* _Data supplied_
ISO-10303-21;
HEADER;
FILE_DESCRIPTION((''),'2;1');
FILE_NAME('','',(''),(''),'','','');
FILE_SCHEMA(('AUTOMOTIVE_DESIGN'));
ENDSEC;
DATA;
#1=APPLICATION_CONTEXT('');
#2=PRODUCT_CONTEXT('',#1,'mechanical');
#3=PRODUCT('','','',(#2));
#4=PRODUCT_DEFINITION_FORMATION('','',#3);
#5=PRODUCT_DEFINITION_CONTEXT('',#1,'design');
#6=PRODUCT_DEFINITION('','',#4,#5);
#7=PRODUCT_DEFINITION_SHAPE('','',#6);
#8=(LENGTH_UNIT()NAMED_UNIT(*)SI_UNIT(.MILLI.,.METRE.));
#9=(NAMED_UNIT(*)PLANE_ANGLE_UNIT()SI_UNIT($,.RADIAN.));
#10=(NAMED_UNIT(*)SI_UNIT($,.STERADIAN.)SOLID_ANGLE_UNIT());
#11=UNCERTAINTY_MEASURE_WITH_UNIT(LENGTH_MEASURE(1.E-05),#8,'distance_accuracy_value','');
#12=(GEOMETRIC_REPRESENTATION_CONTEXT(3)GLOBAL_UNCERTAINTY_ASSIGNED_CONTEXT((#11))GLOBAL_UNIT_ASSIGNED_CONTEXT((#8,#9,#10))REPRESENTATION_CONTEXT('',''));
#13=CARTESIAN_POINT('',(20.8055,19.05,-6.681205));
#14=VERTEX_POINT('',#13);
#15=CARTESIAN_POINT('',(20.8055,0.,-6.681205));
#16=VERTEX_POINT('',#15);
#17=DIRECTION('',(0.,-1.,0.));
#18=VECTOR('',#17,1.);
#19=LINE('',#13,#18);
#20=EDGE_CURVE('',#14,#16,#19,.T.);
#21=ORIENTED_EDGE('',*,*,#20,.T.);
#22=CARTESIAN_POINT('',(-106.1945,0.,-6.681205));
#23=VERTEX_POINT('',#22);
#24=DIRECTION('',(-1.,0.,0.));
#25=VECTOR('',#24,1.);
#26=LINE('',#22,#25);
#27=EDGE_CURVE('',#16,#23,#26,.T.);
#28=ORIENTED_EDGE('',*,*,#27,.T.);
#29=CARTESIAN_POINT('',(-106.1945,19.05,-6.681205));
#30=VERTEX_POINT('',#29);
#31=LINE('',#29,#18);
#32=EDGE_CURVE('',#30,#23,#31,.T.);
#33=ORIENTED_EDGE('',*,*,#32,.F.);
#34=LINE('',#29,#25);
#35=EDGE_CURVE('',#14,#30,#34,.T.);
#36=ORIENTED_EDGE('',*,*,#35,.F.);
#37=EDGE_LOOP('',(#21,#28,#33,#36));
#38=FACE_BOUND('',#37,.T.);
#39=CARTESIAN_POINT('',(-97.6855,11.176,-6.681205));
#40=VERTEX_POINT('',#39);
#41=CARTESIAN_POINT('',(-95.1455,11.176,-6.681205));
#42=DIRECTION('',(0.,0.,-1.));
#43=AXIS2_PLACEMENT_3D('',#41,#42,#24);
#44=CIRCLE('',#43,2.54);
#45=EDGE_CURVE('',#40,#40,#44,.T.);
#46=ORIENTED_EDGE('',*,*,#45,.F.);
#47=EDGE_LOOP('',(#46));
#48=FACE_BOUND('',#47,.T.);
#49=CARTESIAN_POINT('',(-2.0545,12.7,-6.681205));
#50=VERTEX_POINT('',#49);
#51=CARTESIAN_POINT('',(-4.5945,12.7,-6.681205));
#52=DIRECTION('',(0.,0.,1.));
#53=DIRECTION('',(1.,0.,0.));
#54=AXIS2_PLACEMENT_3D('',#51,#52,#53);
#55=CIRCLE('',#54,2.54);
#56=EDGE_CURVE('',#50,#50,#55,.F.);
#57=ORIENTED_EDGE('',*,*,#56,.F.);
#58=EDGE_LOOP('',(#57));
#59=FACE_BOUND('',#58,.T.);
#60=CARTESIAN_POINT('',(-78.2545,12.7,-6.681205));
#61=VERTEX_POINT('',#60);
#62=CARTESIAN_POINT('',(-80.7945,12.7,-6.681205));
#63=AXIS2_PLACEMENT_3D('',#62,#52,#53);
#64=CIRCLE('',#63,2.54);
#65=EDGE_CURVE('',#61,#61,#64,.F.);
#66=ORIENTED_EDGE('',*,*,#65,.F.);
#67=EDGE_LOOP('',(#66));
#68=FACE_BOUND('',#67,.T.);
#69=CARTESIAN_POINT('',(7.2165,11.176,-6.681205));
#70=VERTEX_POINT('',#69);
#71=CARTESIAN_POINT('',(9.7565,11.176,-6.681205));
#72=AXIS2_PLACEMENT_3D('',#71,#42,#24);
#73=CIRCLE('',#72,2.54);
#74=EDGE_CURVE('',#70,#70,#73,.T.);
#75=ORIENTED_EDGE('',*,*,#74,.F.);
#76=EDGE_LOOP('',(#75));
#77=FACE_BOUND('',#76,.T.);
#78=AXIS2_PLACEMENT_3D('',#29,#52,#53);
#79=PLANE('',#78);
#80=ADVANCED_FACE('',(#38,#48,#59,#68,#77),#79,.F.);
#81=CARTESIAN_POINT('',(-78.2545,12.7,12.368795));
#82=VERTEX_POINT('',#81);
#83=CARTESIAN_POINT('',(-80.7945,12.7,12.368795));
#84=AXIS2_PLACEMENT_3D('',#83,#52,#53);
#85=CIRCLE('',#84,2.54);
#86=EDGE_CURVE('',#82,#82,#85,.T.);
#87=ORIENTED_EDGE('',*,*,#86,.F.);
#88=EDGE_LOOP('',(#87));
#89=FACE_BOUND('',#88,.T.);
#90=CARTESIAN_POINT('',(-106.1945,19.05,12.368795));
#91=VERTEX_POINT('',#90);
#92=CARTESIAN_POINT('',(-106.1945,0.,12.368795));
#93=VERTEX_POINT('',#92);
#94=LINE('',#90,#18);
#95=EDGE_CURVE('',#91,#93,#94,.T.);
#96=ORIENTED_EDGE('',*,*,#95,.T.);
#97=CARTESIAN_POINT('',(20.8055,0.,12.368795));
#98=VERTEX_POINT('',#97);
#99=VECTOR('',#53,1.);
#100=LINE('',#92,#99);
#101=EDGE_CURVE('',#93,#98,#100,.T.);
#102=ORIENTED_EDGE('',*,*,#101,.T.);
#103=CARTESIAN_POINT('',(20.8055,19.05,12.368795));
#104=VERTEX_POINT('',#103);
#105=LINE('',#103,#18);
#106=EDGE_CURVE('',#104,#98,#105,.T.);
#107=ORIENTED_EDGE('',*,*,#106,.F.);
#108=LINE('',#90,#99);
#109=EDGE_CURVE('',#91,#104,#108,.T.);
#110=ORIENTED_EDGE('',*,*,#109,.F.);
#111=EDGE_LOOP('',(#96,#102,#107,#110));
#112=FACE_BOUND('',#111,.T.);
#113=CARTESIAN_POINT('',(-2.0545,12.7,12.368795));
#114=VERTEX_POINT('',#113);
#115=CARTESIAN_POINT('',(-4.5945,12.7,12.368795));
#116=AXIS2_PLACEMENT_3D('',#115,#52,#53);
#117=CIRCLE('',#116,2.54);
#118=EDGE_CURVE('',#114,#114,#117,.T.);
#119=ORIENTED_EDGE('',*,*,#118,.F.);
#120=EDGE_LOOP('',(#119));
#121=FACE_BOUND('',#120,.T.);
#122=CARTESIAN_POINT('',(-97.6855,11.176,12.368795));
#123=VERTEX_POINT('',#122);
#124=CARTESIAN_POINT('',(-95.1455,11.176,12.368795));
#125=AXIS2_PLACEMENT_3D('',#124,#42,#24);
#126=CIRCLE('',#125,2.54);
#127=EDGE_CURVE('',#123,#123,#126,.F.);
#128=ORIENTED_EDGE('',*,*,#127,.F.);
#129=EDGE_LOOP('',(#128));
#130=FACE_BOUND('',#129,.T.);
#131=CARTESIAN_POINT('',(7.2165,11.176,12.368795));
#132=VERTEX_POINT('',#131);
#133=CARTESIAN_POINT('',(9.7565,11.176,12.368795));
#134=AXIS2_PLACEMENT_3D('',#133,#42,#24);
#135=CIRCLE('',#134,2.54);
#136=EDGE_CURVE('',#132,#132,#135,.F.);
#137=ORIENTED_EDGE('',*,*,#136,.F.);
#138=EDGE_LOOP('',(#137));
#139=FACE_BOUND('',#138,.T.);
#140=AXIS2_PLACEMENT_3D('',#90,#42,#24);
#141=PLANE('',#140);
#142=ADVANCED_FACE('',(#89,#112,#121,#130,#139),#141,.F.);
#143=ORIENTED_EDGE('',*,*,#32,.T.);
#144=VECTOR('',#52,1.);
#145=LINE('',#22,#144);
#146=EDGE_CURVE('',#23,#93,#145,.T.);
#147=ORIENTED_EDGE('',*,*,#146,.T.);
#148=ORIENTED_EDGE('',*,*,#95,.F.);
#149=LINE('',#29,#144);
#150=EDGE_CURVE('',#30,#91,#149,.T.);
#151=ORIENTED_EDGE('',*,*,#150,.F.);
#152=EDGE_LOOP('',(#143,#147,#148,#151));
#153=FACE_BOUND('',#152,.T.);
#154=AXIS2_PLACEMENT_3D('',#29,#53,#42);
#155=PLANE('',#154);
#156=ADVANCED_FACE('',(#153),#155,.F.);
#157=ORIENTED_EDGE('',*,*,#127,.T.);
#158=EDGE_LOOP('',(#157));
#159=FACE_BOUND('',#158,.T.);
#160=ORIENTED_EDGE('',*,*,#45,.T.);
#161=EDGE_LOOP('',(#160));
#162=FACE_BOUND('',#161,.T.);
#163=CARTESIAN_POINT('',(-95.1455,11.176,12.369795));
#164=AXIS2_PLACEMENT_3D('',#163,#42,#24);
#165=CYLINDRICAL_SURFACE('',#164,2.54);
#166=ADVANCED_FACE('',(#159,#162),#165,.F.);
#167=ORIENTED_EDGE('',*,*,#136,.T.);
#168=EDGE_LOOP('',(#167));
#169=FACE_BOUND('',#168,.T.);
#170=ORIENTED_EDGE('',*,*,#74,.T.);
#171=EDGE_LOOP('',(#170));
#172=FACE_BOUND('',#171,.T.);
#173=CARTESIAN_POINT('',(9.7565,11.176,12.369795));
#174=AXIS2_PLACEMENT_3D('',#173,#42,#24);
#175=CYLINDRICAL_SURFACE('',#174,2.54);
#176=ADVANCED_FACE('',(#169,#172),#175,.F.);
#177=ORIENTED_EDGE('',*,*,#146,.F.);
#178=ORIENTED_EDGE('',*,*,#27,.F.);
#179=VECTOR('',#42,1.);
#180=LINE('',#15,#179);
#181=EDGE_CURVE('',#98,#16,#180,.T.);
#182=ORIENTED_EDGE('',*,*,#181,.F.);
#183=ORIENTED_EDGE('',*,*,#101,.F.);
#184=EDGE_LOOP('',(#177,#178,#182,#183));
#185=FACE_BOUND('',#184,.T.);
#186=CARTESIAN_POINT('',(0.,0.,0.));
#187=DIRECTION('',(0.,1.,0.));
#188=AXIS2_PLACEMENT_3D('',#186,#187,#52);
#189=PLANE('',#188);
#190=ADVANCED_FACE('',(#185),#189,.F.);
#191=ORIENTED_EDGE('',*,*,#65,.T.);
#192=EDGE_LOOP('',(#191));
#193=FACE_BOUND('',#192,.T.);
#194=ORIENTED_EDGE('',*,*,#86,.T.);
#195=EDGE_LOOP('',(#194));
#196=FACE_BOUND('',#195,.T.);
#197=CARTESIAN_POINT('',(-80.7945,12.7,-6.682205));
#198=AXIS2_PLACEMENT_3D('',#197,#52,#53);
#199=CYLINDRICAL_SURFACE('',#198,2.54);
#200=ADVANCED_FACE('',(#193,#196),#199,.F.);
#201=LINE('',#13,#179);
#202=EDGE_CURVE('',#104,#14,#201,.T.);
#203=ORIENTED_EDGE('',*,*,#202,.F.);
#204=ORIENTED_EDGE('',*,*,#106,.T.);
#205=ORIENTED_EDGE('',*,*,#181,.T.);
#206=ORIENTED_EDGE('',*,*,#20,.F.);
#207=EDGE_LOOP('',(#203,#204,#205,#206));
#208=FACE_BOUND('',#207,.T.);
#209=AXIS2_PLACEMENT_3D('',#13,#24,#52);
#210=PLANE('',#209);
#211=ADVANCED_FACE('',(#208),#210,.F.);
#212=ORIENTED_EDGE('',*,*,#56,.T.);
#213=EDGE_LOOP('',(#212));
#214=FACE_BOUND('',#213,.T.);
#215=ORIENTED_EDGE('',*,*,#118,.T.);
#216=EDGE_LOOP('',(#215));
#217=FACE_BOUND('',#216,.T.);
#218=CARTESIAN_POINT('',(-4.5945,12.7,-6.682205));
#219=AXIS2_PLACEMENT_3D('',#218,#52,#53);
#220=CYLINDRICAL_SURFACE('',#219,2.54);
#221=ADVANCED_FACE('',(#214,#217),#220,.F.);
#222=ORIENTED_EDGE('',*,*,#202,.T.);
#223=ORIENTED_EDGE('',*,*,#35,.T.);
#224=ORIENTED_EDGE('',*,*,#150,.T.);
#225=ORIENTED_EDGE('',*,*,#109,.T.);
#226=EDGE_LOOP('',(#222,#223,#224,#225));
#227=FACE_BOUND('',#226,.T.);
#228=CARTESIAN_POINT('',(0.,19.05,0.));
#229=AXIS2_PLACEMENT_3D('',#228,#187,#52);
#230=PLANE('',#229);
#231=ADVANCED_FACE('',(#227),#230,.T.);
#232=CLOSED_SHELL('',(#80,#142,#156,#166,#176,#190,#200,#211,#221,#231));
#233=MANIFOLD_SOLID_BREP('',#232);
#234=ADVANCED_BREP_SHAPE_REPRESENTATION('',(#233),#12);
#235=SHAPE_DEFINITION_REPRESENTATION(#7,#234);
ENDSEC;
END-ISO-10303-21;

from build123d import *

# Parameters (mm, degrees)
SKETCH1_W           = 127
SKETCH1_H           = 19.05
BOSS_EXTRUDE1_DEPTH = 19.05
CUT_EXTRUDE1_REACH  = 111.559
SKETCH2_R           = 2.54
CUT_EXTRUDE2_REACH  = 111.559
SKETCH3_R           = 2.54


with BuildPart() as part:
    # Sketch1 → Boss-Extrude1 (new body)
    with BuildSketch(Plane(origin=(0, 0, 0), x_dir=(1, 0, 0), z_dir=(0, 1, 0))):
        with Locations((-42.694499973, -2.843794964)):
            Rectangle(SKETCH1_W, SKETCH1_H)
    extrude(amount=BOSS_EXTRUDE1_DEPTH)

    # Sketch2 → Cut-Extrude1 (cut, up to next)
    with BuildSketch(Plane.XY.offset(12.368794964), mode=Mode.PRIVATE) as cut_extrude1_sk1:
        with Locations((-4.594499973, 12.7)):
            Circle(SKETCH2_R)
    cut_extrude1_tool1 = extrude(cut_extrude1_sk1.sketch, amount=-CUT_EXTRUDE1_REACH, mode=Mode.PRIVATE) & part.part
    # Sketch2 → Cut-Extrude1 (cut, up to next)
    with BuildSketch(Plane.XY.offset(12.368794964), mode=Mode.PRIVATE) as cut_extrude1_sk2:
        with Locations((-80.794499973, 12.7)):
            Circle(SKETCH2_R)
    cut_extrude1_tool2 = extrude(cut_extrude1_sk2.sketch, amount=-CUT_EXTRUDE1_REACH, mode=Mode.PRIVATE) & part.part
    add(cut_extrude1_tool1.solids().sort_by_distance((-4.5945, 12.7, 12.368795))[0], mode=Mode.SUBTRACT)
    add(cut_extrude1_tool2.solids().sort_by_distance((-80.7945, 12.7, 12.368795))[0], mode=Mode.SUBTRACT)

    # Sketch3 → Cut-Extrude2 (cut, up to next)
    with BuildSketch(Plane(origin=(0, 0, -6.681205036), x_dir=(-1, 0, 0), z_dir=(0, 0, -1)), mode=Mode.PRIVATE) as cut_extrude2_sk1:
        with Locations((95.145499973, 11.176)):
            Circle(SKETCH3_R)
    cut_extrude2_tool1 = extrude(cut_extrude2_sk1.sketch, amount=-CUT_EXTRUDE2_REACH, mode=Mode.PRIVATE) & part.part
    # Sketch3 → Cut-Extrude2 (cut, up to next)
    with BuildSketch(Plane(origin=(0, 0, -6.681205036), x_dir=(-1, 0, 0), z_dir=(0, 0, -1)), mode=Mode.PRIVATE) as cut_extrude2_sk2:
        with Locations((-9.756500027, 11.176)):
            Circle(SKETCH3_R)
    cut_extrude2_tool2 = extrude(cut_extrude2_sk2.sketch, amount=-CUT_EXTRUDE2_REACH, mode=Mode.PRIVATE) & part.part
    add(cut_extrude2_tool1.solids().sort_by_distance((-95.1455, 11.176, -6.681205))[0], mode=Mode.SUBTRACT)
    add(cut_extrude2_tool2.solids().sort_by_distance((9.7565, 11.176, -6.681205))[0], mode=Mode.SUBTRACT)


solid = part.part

* _Aim of the exercise_
Among the entries above, the lines between the ones containing "#131=CARTESIAN_POINT('',(7.2165,11.176,12.368795));" and "#192=EDGE_LOOP('',(#191));", inclusive, are to be transcribed exactly. No other line is to be given.

* _Written solution_
#131=CARTESIAN_POINT('',(7.2165,11.176,12.368795));
#132=VERTEX_POINT('',#131);
#133=CARTESIAN_POINT('',(9.7565,11.176,12.368795));
#134=AXIS2_PLACEMENT_3D('',#133,#42,#24);
#135=CIRCLE('',#134,2.54);
#136=EDGE_CURVE('',#132,#132,#135,.F.);
#137=ORIENTED_EDGE('',*,*,#136,.F.);
#138=EDGE_LOOP('',(#137));
#139=FACE_BOUND('',#138,.T.);
#140=AXIS2_PLACEMENT_3D('',#90,#42,#24);
#141=PLANE('',#140);
#142=ADVANCED_FACE('',(#89,#112,#121,#130,#139),#141,.F.);
#143=ORIENTED_EDGE('',*,*,#32,.T.);
#144=VECTOR('',#52,1.);
#145=LINE('',#22,#144);
#146=EDGE_CURVE('',#23,#93,#145,.T.);
#147=ORIENTED_EDGE('',*,*,#146,.T.);
#148=ORIENTED_EDGE('',*,*,#95,.F.);
#149=LINE('',#29,#144);
#150=EDGE_CURVE('',#30,#91,#149,.T.);
#151=ORIENTED_EDGE('',*,*,#150,.F.);
#152=EDGE_LOOP('',(#143,#147,#148,#151));
#153=FACE_BOUND('',#152,.T.);
#154=AXIS2_PLACEMENT_3D('',#29,#53,#42);
#155=PLANE('',#154);
#156=ADVANCED_FACE('',(#153),#155,.F.);
#157=ORIENTED_EDGE('',*,*,#127,.T.);
#158=EDGE_LOOP('',(#157));
#159=FACE_BOUND('',#158,.T.);
#160=ORIENTED_EDGE('',*,*,#45,.T.);
#161=EDGE_LOOP('',(#160));
#162=FACE_BOUND('',#161,.T.);
#163=CARTESIAN_POINT('',(-95.1455,11.176,12.369795));
#164=AXIS2_PLACEMENT_3D('',#163,#42,#24);
#165=CYLINDRICAL_SURFACE('',#164,2.54);
#166=ADVANCED_FACE('',(#159,#162),#165,.F.);
#167=ORIENTED_EDGE('',*,*,#136,.T.);
#168=EDGE_LOOP('',(#167));
#169=FACE_BOUND('',#168,.T.);
#170=ORIENTED_EDGE('',*,*,#74,.T.);
#171=EDGE_LOOP('',(#170));
#172=FACE_BOUND('',#171,.T.);
#173=CARTESIAN_POINT('',(9.7565,11.176,12.369795));
#174=AXIS2_PLACEMENT_3D('',#173,#42,#24);
#175=CYLINDRICAL_SURFACE('',#174,2.54);
#176=ADVANCED_FACE('',(#169,#172),#175,.F.);
#177=ORIENTED_EDGE('',*,*,#146,.F.);
#178=ORIENTED_EDGE('',*,*,#27,.F.);
#179=VECTOR('',#42,1.);
#180=LINE('',#15,#179);
#181=EDGE_CURVE('',#98,#16,#180,.T.);
#182=ORIENTED_EDGE('',*,*,#181,.F.);
#183=ORIENTED_EDGE('',*,*,#101,.F.);
#184=EDGE_LOOP('',(#177,#178,#182,#183));
#185=FACE_BOUND('',#184,.T.);
#186=CARTESIAN_POINT('',(0.,0.,0.));
#187=DIRECTION('',(0.,1.,0.));
#188=AXIS2_PLACEMENT_3D('',#186,#187,#52);
#189=PLANE('',#188);
#190=ADVANCED_FACE('',(#185),#189,.F.);
#191=ORIENTED_EDGE('',*,*,#65,.T.);
#192=EDGE_LOOP('',(#191));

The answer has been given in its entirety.